Their coconut diet gives the large chunks of meat in their claws and
legs a creamy, delicate flavour, and their entire tails are filled with a
buttery, nutty, smokey fat that you can pour over your rice. The tips of the
claws seem to be neither meat nor fat, and have the texture and subtle flavour
of pate.
They live in holes at the base of trees, or under mounds of
decaying palms, and are fairly easy to find. As a consequence of this, and
their amazing taste, there are few of them left on inhabited islands, and the
ones on Bikini are likely radioactive, so when we got to this island and found
the place crawling with the bastards we were very, very excited. Once found,
you wave your machete in their face, and they either grab it with their
deathgrip claws, allowing you to lift them up and straight into the bucket, or
they run backwards to the other side of their hiding place, where hopefully
someone else is there to grab them from behind.
We caught four during a midnight stomp on the first night,
boiling them on a driftwood fire the next afternoon and finding an anglo-french
entente – Emma made a creamy pepper sauce, I did a sweet and sour with
starfruit jam. Though really the flavour of the meat was enough by itself.

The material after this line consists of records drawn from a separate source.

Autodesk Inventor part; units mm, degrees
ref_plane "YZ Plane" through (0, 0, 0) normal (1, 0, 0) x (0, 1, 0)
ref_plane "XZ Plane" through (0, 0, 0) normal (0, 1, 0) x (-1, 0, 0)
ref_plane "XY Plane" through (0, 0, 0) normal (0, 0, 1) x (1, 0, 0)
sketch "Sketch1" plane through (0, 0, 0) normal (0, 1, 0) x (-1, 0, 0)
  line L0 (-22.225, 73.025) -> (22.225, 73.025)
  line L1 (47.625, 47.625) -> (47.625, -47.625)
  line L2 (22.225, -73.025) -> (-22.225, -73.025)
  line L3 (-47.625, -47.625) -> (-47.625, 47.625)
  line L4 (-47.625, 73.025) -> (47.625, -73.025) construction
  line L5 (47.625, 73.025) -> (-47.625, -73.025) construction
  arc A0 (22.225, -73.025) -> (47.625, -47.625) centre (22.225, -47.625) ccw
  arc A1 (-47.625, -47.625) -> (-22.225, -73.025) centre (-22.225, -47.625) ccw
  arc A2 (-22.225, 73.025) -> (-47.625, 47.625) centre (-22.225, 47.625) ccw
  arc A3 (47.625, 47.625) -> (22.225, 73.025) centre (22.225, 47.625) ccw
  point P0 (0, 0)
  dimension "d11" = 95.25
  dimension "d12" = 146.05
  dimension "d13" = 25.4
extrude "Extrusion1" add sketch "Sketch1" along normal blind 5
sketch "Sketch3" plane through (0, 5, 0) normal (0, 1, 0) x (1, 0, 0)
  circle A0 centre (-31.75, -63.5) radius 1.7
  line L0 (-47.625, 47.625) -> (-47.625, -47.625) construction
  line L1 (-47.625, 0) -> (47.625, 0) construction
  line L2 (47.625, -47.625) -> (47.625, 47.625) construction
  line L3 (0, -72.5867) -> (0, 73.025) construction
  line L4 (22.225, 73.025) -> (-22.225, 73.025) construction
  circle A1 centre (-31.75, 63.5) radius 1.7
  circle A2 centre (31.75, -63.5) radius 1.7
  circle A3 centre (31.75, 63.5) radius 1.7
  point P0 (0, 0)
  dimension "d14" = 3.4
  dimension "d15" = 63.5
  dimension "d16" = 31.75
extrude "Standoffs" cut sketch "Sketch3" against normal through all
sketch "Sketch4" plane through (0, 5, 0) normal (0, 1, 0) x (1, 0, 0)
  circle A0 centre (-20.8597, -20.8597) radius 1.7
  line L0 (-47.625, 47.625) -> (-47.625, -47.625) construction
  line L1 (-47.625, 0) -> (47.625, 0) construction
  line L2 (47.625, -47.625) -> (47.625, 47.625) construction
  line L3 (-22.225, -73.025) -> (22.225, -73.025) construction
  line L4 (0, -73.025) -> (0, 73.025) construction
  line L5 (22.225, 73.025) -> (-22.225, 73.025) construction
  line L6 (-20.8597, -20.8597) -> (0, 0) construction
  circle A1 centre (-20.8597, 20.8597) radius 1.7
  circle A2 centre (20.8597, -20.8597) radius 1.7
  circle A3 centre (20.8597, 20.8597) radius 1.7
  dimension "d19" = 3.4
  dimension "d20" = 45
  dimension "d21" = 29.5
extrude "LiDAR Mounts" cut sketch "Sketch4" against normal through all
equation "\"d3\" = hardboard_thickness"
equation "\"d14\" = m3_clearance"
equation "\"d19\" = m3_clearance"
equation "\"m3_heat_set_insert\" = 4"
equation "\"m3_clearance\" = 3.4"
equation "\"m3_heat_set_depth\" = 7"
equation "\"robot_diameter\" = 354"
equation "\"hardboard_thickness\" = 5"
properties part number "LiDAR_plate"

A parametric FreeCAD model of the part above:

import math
import FreeCAD as App
import Part
import Sketcher
from FreeCAD import Vector

doc = App.newDocument("Part")
params = doc.addObject("Spreadsheet::Sheet", "Params")
for row, (alias, value) in enumerate([
    ("sketch1_radius", "25.4 mm"),
    ("sketch1_height", "95.25 mm"),
    ("pad1_length", "5 mm"),
    ("sketch2_diameter", "3.4 mm"),
    ("sketch3_diameter", "3.4 mm"),
], start=1):
    params.set(f"A{row}", alias)
    params.set(f"B{row}", "=" + value)
    params.setAlias(f"B{row}", alias)

body = doc.addObject("PartDesign::Body", "Body")

# Sketch on XZ plane
sketch1 = doc.addObject("Sketcher::SketchObject", "Sketch")
body.addObject(sketch1)
sketch1.AttachmentSupport = (doc.XZ_Plane, [""])
sketch1.MapMode = "FlatFace"
sketch1.addGeometry(Part.LineSegment(Vector(-22, 73, 0), Vector(22, 73, 0)), False)
sketch1.addGeometry(Part.ArcOfCircle(Part.Circle(Vector(22, 48, 0), Vector(0, 0, 1), 25), math.radians(0), math.radians(90)), False)
sketch1.addGeometry(Part.LineSegment(Vector(48, 48, 0), Vector(48, -48, 0)), False)
sketch1.addGeometry(Part.ArcOfCircle(Part.Circle(Vector(22, -48, 0), Vector(0, 0, 1), 25), math.radians(-90), math.radians(0)), False)
sketch1.addGeometry(Part.LineSegment(Vector(22, -73, 0), Vector(-22, -73, 0)), False)
sketch1.addGeometry(Part.ArcOfCircle(Part.Circle(Vector(-22, -48, 0), Vector(0, 0, 1), 25), math.radians(180), math.radians(270)), False)
sketch1.addGeometry(Part.LineSegment(Vector(-48, -48, 0), Vector(-48, 48, 0)), False)
sketch1.addGeometry(Part.ArcOfCircle(Part.Circle(Vector(-22, 48, 0), Vector(0, 0, 1), 25), math.radians(90), math.radians(180)), False)
sketch1.addConstraint(Sketcher.Constraint("Tangent", 0, 2, 1, 2))
sketch1.addConstraint(Sketcher.Constraint("Tangent", 1, 1, 2, 1))
sketch1.addConstraint(Sketcher.Constraint("Tangent", 2, 2, 3, 2))
sketch1.addConstraint(Sketcher.Constraint("Tangent", 3, 1, 4, 1))
sketch1.addConstraint(Sketcher.Constraint("Tangent", 4, 2, 5, 2))
sketch1.addConstraint(Sketcher.Constraint("Tangent", 5, 1, 6, 1))
sketch1.addConstraint(Sketcher.Constraint("Tangent", 6, 2, 7, 2))
sketch1.addConstraint(Sketcher.Constraint("Tangent", 7, 1, 0, 1))
sketch1.addConstraint(Sketcher.Constraint("Horizontal", 0))
sketch1.addConstraint(Sketcher.Constraint("Vertical", 2))
sketch1.addConstraint(Sketcher.Constraint("Horizontal", 4))
sketch1.addConstraint(Sketcher.Constraint("Vertical", 6))
sketch1.addConstraint(Sketcher.Constraint("Equal", 1, 3))
sketch1.addConstraint(Sketcher.Constraint("Equal", 3, 5))
sketch1.addConstraint(Sketcher.Constraint("Equal", 5, 7))
sketch1.addConstraint(Sketcher.Constraint("Symmetric", 1, 3, 5, 3, -1, 1))
sketch1.addConstraint(Sketcher.Constraint("Radius", 1, 25.4))
sketch1.addConstraint(Sketcher.Constraint("DistanceY", 2, 2, 2, 1, 95.25))
sketch1.addConstraint(Sketcher.Constraint("DistanceX", 5, 1, 2, 2, 95.25))
sketch1.setExpression("Constraints[16]", "Params.sketch1_radius")
sketch1.setExpression("Constraints[17]", "Params.sketch1_height")
pad1 = doc.addObject("PartDesign::Pad", "Pad")
body.addObject(pad1)
pad1.Profile = sketch1
pad1.setExpression("Length", "Params.pad1_length")
pad1.Reversed = True

# Sketch on XZ plane
sketch2 = doc.addObject("Sketcher::SketchObject", "Sketch001")
body.addObject(sketch2)
sketch2.AttachmentSupport = (doc.XZ_Plane, [""])
sketch2.MapMode = "FlatFace"
sketch2.AttachmentOffset = App.Placement(Vector(0, 0, -5), App.Rotation())
sketch2.addGeometry(Part.Circle(Vector(-31.8, 63.5, 0), Vector(0, 0, 1), 1.7), False)
sketch2.addGeometry(Part.Circle(Vector(-31.8, -63.5, 0), Vector(0, 0, 1), 1.7), False)
sketch2.addGeometry(Part.Circle(Vector(31.8, 63.5, 0), Vector(0, 0, 1), 1.7), False)
sketch2.addGeometry(Part.Circle(Vector(31.8, -63.5, 0), Vector(0, 0, 1), 1.7), False)
sketch2.addConstraint(Sketcher.Constraint("Equal", 0, 1))
sketch2.addConstraint(Sketcher.Constraint("Equal", 1, 2))
sketch2.addConstraint(Sketcher.Constraint("Equal", 2, 3))
sketch2.addConstraint(Sketcher.Constraint("Symmetric", 1, 3, 2, 3, -1, 1))
sketch2.addConstraint(Sketcher.Constraint("Symmetric", 0, 3, 3, 3, -1, 1))
sketch2.addConstraint(Sketcher.Constraint("Symmetric", 0, 3, 2, 3, -2))
sketch2.addConstraint(Sketcher.Constraint("Diameter", 0, 3.4))
sketch2.addConstraint(Sketcher.Constraint("DistanceY", -1, 1, 0, 3, 63.5))
sketch2.addConstraint(Sketcher.Constraint("DistanceX", 0, 3, 2, 3, 63.5))
sketch2.setExpression("Constraints[6]", "Params.sketch2_diameter")
pocket1 = doc.addObject("PartDesign::Pocket", "Pocket")
body.addObject(pocket1)
pocket1.Profile = sketch2
pocket1.Type = "ThroughAll"
pocket1.Reversed = True

# Sketch on XZ plane
sketch3 = doc.addObject("Sketcher::SketchObject", "Sketch002")
body.addObject(sketch3)
sketch3.AttachmentSupport = (doc.XZ_Plane, [""])
sketch3.MapMode = "FlatFace"
sketch3.AttachmentOffset = App.Placement(Vector(0, 0, -5), App.Rotation())
sketch3.addGeometry(Part.Circle(Vector(-20.9, 20.9, 0), Vector(0, 0, 1), 1.7), False)
sketch3.addGeometry(Part.Circle(Vector(-20.9, -20.9, 0), Vector(0, 0, 1), 1.7), False)
sketch3.addGeometry(Part.Circle(Vector(20.9, 20.9, 0), Vector(0, 0, 1), 1.7), False)
sketch3.addGeometry(Part.Circle(Vector(20.9, -20.9, 0), Vector(0, 0, 1), 1.7), False)
sketch3.addConstraint(Sketcher.Constraint("Equal", 0, 1))
sketch3.addConstraint(Sketcher.Constraint("Equal", 1, 2))
sketch3.addConstraint(Sketcher.Constraint("Equal", 2, 3))
sketch3.addConstraint(Sketcher.Constraint("Symmetric", 1, 3, 2, 3, -1, 1))
sketch3.addConstraint(Sketcher.Constraint("Symmetric", 0, 3, 3, 3, -1, 1))
sketch3.addConstraint(Sketcher.Constraint("Symmetric", 0, 3, 2, 3, -2))
sketch3.addConstraint(Sketcher.Constraint("Diameter", 0, 3.4))
sketch3.addConstraint(Sketcher.Constraint("DistanceX", 0, 3, -1, 1, 20.8597))
sketch3.addConstraint(Sketcher.Constraint("DistanceY", -1, 1, 0, 3, 20.8597))
sketch3.setExpression("Constraints[6]", "Params.sketch3_diameter")
pocket2 = doc.addObject("PartDesign::Pocket", "Pocket001")
body.addObject(pocket2)
pocket2.Profile = sketch3
pocket2.Type = "ThroughAll"
pocket2.Reversed = True

doc.recompute()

Eating these crabs requires total concentration, and no one spoke as we
selected, cracked, peeled and ate the meat. A huge weather system passed around
us – numerous types of clouds, high and low, big rainshowers that moved past
us, visible for miles, thick rays of sunlight in between adding to the colour
and the drama. The pre-dusk air seemed to hold a weight of expectation, as if this whole
incredible architecture had been assembled for some god, and everyone was
waiting for him to show up. It felt somehow unreal.
*
I have no illusions that the life of a farmer is
a tough and unrelenting one, made all the more difficult by unfair supermarket
practices, land prices and the glut of cheap meat available, but farmers are a
hardy lot and surely would choose this life over having no farm at all.